(Saved entries)
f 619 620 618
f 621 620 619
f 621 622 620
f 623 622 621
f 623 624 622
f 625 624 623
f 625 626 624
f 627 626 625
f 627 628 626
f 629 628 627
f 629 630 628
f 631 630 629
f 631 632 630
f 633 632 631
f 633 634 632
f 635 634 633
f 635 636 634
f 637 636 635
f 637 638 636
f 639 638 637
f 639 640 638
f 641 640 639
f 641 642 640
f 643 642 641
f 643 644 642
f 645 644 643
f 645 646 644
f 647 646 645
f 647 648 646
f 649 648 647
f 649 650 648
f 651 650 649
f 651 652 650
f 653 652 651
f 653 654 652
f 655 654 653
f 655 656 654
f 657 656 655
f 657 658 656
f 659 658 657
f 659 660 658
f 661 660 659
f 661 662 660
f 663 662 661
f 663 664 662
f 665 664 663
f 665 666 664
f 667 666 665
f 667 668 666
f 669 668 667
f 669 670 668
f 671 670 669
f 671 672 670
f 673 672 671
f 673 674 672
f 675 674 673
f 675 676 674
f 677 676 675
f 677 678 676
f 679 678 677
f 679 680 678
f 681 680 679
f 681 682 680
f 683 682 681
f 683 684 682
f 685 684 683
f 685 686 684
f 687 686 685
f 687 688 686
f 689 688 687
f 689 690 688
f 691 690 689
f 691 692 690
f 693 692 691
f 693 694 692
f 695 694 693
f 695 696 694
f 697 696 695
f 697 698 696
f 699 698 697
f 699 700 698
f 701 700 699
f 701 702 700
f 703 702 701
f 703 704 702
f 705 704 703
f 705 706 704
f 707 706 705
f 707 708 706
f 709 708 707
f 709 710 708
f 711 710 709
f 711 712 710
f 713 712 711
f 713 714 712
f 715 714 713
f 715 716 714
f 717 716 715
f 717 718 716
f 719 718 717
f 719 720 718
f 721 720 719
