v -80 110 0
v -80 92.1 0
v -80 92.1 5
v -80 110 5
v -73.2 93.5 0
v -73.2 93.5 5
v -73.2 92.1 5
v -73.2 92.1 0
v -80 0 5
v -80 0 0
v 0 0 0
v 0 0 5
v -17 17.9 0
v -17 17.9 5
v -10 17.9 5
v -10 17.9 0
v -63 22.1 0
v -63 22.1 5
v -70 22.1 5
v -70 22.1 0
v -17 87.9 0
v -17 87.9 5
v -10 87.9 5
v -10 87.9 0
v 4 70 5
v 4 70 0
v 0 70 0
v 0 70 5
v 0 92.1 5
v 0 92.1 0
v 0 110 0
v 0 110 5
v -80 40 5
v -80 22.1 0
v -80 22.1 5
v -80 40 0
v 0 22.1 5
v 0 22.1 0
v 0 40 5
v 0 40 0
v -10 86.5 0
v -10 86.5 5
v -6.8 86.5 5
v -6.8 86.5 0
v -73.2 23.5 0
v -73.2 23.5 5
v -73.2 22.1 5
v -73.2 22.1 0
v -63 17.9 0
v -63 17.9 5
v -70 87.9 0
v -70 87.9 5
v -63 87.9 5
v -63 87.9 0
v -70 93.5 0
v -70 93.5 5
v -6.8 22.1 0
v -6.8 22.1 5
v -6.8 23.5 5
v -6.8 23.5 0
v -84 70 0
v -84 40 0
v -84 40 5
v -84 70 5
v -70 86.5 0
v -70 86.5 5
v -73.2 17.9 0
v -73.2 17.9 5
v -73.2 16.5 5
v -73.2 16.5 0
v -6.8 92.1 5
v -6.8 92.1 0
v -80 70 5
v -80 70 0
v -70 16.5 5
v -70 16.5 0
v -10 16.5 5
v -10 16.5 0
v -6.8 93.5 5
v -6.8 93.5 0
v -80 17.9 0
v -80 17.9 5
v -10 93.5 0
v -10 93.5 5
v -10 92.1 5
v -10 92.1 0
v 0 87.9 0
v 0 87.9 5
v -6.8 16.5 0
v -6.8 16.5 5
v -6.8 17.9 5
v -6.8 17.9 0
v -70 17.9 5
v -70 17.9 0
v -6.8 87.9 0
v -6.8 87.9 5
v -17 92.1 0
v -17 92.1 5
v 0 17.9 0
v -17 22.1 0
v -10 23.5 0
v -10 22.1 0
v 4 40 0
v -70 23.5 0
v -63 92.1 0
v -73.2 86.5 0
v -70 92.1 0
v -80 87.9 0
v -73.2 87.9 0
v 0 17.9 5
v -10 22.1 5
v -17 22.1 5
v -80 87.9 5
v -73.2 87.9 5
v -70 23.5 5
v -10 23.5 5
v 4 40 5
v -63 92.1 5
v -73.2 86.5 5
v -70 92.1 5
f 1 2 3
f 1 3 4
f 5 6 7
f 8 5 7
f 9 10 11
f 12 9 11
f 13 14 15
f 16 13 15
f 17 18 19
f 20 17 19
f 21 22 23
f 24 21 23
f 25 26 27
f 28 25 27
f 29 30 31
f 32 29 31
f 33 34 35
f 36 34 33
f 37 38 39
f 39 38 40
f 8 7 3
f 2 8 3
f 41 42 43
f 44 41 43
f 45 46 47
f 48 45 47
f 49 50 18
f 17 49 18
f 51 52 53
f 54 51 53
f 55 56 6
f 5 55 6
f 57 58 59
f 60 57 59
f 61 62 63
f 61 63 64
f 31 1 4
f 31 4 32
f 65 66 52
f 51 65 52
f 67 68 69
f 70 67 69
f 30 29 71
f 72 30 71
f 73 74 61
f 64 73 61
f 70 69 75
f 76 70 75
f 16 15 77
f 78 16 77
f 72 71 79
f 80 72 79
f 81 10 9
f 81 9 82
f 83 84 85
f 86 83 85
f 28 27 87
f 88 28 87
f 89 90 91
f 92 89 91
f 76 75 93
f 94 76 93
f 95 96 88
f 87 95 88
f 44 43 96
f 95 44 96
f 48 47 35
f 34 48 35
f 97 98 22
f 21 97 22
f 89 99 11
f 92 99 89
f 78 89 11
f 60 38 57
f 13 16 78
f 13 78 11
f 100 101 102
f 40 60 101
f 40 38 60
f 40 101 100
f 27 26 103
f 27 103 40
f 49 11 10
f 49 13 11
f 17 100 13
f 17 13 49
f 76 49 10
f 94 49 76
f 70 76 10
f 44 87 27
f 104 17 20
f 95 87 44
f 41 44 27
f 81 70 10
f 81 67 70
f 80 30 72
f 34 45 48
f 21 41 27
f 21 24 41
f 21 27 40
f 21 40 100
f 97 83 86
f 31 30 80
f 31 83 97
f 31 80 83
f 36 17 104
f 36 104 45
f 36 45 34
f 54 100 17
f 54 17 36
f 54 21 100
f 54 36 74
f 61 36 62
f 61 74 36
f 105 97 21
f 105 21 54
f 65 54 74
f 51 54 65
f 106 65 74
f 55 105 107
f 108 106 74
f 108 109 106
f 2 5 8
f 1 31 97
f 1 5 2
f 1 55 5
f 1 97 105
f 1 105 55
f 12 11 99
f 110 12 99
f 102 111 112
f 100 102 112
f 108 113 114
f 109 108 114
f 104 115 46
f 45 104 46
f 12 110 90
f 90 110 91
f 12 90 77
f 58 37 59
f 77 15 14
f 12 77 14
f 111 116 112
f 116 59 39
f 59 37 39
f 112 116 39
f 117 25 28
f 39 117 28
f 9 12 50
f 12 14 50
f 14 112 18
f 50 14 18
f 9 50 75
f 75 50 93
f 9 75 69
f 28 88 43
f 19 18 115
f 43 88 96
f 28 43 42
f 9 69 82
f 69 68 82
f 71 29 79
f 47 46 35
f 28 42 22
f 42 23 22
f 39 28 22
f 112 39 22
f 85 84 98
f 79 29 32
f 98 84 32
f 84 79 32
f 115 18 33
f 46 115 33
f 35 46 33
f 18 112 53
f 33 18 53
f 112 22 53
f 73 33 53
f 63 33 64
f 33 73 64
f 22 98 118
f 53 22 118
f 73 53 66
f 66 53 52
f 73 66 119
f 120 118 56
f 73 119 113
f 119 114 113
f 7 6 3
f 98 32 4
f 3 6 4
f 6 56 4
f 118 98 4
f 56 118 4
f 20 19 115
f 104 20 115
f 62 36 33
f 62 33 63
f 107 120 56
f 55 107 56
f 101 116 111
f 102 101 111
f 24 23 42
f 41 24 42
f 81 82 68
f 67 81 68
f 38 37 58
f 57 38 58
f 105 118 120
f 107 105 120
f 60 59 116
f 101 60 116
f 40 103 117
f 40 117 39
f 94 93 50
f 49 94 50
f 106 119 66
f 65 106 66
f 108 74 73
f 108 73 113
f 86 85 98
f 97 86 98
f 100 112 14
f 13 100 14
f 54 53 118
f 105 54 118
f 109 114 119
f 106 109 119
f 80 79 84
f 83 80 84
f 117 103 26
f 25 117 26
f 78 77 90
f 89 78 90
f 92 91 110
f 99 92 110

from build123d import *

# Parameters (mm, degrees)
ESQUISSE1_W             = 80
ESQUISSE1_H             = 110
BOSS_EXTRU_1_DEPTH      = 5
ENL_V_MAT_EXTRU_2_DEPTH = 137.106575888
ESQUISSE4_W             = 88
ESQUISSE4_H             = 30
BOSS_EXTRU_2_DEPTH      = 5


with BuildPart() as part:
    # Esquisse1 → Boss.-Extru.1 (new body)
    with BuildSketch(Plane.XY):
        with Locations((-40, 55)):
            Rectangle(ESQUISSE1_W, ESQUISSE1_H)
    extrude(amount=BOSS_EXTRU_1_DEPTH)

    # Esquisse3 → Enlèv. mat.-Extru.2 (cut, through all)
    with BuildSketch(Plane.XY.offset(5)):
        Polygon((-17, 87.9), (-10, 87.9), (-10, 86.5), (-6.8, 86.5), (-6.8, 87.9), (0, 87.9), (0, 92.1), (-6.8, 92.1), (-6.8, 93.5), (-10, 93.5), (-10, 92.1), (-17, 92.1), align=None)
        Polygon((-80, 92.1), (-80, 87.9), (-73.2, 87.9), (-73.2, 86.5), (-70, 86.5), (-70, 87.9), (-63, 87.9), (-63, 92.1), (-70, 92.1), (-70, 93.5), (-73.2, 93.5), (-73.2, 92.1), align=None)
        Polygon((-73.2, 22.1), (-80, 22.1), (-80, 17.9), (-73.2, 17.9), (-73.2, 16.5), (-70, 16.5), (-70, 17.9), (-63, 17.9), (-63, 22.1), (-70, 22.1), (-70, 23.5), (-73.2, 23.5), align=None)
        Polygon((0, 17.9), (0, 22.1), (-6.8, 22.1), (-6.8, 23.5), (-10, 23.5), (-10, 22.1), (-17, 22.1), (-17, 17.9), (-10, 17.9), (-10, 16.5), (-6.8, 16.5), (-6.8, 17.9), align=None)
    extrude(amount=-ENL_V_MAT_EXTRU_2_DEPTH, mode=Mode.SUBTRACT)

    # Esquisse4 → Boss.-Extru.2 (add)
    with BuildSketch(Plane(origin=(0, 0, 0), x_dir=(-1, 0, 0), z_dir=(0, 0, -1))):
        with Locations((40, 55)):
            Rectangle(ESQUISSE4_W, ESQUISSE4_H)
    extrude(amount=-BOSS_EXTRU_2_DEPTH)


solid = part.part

● **REQUIRED ACTION**
Extract, please, the lines from the start of the entries above through the one with "f 641 642 640", both included, reproducing each exactly and adding nothing.

● **TASK RESULT**
f 619 620 618
f 621 620 619
f 621 622 620
f 623 622 621
f 623 624 622
f 625 624 623
f 625 626 624
f 627 626 625
f 627 628 626
f 629 628 627
f 629 630 628
f 631 630 629
f 631 632 630
f 633 632 631
f 633 634 632
f 635 634 633
f 635 636 634
f 637 636 635
f 637 638 636
f 639 638 637
f 639 640 638
f 641 640 639
f 641 642 640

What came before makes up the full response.